■ Work order
Your answer should consist only of the lines below from the one with "f 181 186 187" through the one with "f 166 69 99", copied exactly.

■ Records shown
+++
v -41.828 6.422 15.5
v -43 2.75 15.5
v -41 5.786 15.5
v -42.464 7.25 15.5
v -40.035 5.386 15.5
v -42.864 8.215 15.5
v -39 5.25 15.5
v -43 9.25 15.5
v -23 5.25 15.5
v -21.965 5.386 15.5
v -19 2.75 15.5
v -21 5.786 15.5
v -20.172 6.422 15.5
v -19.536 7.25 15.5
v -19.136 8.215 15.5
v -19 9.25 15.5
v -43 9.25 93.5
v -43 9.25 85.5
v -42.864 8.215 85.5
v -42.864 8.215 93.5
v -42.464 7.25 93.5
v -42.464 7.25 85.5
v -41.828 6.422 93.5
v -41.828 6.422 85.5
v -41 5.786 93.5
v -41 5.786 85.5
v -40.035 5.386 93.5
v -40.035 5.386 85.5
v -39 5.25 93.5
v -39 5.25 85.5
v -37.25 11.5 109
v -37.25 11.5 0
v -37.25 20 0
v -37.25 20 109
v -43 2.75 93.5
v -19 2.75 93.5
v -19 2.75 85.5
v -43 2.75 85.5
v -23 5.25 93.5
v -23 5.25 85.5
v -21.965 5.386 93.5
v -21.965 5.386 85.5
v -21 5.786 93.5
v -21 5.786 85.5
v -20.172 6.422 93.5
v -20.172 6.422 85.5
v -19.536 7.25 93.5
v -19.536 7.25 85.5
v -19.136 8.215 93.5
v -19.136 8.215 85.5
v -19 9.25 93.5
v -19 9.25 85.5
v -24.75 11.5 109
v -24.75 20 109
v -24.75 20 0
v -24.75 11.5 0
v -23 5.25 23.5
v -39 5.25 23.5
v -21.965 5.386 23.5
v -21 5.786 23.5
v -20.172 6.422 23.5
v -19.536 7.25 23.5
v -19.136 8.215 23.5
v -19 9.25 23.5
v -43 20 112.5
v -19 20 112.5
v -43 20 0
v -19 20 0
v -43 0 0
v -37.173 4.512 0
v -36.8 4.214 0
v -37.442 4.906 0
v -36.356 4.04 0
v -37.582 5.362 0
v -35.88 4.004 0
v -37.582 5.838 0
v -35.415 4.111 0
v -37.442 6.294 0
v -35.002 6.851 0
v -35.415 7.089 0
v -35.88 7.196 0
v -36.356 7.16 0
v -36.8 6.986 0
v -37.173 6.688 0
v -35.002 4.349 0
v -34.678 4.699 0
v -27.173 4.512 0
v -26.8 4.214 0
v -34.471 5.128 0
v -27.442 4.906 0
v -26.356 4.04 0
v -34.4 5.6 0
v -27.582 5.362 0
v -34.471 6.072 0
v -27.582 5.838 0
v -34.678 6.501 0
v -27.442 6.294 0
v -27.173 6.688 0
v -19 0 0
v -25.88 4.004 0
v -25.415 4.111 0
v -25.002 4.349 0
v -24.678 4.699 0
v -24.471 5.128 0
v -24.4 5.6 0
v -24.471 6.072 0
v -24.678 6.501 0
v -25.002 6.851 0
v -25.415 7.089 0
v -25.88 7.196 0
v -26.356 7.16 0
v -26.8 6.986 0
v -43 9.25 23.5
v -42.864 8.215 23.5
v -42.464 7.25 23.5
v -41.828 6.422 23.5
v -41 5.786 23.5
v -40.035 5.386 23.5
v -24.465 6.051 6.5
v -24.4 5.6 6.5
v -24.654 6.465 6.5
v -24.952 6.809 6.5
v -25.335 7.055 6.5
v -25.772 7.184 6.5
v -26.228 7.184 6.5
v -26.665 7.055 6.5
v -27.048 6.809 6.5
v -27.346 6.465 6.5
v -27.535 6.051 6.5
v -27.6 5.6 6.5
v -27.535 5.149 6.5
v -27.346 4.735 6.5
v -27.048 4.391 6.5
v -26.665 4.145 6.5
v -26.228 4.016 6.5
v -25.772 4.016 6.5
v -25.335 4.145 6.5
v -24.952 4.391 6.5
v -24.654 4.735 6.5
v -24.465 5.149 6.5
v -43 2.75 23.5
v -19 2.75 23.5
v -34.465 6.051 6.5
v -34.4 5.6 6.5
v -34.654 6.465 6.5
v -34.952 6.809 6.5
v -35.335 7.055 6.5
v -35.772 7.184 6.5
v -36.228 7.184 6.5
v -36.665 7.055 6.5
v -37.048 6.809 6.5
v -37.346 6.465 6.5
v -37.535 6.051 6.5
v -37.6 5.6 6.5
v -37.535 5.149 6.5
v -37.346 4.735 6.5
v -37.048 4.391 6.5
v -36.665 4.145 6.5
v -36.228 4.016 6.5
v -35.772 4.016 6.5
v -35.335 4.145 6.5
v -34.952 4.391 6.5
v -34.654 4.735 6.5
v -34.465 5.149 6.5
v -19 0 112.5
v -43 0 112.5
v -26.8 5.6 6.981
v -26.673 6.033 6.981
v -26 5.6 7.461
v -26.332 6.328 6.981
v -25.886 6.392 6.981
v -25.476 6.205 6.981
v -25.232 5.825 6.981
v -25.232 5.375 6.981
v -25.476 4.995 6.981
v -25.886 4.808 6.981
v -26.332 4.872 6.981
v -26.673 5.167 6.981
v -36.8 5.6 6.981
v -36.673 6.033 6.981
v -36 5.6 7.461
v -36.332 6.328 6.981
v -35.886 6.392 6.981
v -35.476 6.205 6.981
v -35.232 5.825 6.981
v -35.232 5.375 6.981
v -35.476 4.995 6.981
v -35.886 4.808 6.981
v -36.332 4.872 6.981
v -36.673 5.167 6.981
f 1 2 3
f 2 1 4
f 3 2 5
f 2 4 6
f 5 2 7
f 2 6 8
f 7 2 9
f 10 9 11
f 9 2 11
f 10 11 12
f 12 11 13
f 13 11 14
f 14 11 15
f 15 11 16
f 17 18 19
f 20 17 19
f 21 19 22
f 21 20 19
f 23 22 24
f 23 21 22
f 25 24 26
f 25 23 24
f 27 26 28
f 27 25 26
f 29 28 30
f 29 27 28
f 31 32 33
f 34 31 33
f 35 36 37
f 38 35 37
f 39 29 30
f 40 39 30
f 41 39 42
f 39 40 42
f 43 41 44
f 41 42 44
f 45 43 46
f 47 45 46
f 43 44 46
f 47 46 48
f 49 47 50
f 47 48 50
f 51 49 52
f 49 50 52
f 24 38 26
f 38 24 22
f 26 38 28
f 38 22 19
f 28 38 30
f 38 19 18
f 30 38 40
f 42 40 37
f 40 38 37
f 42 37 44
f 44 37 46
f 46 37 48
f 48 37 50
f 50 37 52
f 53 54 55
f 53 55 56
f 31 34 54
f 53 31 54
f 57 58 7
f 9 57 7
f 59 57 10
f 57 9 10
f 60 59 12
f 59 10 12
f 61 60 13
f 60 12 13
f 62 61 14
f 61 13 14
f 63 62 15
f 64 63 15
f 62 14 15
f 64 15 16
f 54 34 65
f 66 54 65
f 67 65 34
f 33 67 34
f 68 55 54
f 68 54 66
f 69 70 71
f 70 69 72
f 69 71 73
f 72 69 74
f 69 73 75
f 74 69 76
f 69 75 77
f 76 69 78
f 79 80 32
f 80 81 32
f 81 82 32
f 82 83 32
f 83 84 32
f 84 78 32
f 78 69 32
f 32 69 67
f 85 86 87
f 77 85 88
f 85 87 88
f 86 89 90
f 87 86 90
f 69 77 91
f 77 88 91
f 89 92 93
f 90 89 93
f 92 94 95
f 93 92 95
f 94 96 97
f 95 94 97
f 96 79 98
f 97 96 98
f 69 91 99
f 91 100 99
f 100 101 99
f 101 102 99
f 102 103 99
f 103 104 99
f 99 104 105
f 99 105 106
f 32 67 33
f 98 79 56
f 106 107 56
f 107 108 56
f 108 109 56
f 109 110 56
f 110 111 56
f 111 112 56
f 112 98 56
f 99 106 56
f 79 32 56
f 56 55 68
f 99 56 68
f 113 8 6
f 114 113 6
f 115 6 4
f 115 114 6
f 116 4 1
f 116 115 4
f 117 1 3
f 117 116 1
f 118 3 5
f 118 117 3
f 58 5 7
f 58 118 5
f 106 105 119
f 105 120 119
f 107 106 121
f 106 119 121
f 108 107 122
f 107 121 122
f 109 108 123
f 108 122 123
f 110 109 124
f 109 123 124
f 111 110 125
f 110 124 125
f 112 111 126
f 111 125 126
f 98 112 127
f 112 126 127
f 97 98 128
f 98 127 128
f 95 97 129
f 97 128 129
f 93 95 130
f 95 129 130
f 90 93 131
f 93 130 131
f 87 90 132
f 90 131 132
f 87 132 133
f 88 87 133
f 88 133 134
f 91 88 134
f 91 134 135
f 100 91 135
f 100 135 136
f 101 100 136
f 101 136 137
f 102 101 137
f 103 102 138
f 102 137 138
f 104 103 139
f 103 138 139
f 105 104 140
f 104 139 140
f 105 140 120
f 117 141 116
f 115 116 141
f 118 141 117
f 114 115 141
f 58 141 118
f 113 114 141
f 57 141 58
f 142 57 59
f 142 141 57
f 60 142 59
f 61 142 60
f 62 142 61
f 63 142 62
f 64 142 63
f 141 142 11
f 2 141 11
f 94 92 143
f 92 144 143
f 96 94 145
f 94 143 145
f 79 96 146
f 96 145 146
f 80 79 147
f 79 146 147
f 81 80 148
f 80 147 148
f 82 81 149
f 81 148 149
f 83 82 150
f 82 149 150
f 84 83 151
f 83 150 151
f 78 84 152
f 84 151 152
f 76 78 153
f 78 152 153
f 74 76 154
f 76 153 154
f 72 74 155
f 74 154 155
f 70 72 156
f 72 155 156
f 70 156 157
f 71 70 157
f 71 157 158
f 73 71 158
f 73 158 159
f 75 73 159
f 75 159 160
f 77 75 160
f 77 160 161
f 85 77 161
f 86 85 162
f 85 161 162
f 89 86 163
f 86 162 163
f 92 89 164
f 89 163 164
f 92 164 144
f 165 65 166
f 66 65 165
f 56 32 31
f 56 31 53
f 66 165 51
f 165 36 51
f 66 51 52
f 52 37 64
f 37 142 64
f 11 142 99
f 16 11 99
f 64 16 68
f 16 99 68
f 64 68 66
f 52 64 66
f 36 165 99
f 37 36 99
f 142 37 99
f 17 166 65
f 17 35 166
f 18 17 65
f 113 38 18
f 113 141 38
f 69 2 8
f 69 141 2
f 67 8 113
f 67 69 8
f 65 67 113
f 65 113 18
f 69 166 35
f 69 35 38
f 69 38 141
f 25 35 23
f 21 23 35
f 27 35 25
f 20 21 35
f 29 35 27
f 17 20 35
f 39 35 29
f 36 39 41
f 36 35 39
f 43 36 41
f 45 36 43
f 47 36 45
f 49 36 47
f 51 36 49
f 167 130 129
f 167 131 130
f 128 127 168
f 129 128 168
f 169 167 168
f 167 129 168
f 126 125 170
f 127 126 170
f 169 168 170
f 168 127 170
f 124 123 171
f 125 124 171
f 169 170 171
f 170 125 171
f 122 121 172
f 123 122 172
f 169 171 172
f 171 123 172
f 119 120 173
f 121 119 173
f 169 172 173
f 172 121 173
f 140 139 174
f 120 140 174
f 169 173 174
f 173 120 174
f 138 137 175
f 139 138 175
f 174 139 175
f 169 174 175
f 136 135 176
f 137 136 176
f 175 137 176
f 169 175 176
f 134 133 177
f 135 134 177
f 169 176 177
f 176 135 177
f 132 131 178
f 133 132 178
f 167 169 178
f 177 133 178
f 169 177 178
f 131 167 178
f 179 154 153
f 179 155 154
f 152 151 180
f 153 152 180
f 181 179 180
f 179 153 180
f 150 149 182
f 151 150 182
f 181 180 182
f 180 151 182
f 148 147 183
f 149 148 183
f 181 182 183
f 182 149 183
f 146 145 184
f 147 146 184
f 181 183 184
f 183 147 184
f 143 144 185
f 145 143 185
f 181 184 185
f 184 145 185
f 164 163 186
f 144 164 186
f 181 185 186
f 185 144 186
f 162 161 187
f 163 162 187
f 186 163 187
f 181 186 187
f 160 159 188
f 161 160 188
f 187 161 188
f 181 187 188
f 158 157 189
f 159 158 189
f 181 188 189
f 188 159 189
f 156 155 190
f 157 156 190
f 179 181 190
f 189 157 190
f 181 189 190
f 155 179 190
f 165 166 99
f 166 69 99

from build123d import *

# Parameters (mm, degrees)
SKETCH1_W                 = 12.5
SKETCH1_H                 = 11.5
BOSS_EXTRUDE1_DEPTH       = 109
SKETCH2_W                 = 24
SKETCH2_H                 = 20
BOSS_EXTRUDE2_DEPTH       = 3.5
F_2_5MM_DOWEL_HOLE1_D     = 3.2
F_2_5MM_DOWEL_HOLE1_DEPTH = 6.5
F_2_5MM_DOWEL_HOLE1_TIP   = 0.96137699
SKETCH5_W                 = 8
SKETCH5_H                 = 2.5
CUT_EXTRUDE1_DEPTH        = 117.757226757
FILLET1_R                 = 4


with BuildPart() as part:
    # Sketch1 → Boss-Extrude1 (new body)
    with BuildSketch(Plane.XY):
        Polygon((-37.25, 0), (-37.25, 11.5), (-37.25, 20), (-43, 20), (-43, 0), align=None)
        with Locations((-31, 5.75)):
            Rectangle(SKETCH1_W, SKETCH1_H)
        Polygon((-24.75, 20), (-24.75, 11.5), (-24.75, 0), (-19, 0), (-19, 20), align=None)
    extrude(amount=BOSS_EXTRUDE1_DEPTH)

    # Sketch2 → Boss-Extrude2 (add)
    with BuildSketch(Plane.XY.offset(109)):
        with Locations((-31, 10)):
            Rectangle(SKETCH2_W, SKETCH2_H)
    extrude(amount=BOSS_EXTRUDE2_DEPTH)

    # Ø2.5mm Dowel Hole1
    with Locations(Plane(origin=(0, 0, 0), x_dir=(-1, 0, 0), z_dir=(0, 0, -1))):
        with Locations((36, 5.6), (26, 5.6)):
            Hole(F_2_5MM_DOWEL_HOLE1_D / 2, depth=F_2_5MM_DOWEL_HOLE1_DEPTH)
            with Locations((0, 0, -(F_2_5MM_DOWEL_HOLE1_DEPTH + F_2_5MM_DOWEL_HOLE1_TIP / 2))):  # 118° drill point
                Cone(0, F_2_5MM_DOWEL_HOLE1_D / 2, F_2_5MM_DOWEL_HOLE1_TIP, mode=Mode.SUBTRACT)

    # Sketch5 → Cut-Extrude1 (cut, through all)
    with BuildSketch(Plane(origin=(-19, 0, 0), x_dir=(0, 0, -1), z_dir=(1, 0, 0))):
        with Locations((-89.5, 4)):
            Rectangle(SKETCH5_W, SKETCH5_H)
        with Locations((-19.5, 4)):
            Rectangle(SKETCH5_W, SKETCH5_H)
    extrude(amount=-CUT_EXTRUDE1_DEPTH, mode=Mode.SUBTRACT)

    # Fillet1
    fillet1_edges = [part.edges().sort_by_distance(p)[0] for p in [
        (-43, 5.25, 89.5),
        (-19, 5.25, 89.5),
        (-43, 5.25, 19.5),
        (-19, 5.25, 19.5),
    ]]
    fillet(fillet1_edges, radius=FILLET1_R)


solid = part.part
+++
■ Task output
f 181 186 187
f 160 159 188
f 161 160 188
f 187 161 188
f 181 187 188
f 158 157 189
f 159 158 189
f 181 188 189
f 188 159 189
f 156 155 190
f 157 156 190
f 179 181 190
f 189 157 190
f 181 189 190
f 155 179 190
f 165 166 99
f 166 69 99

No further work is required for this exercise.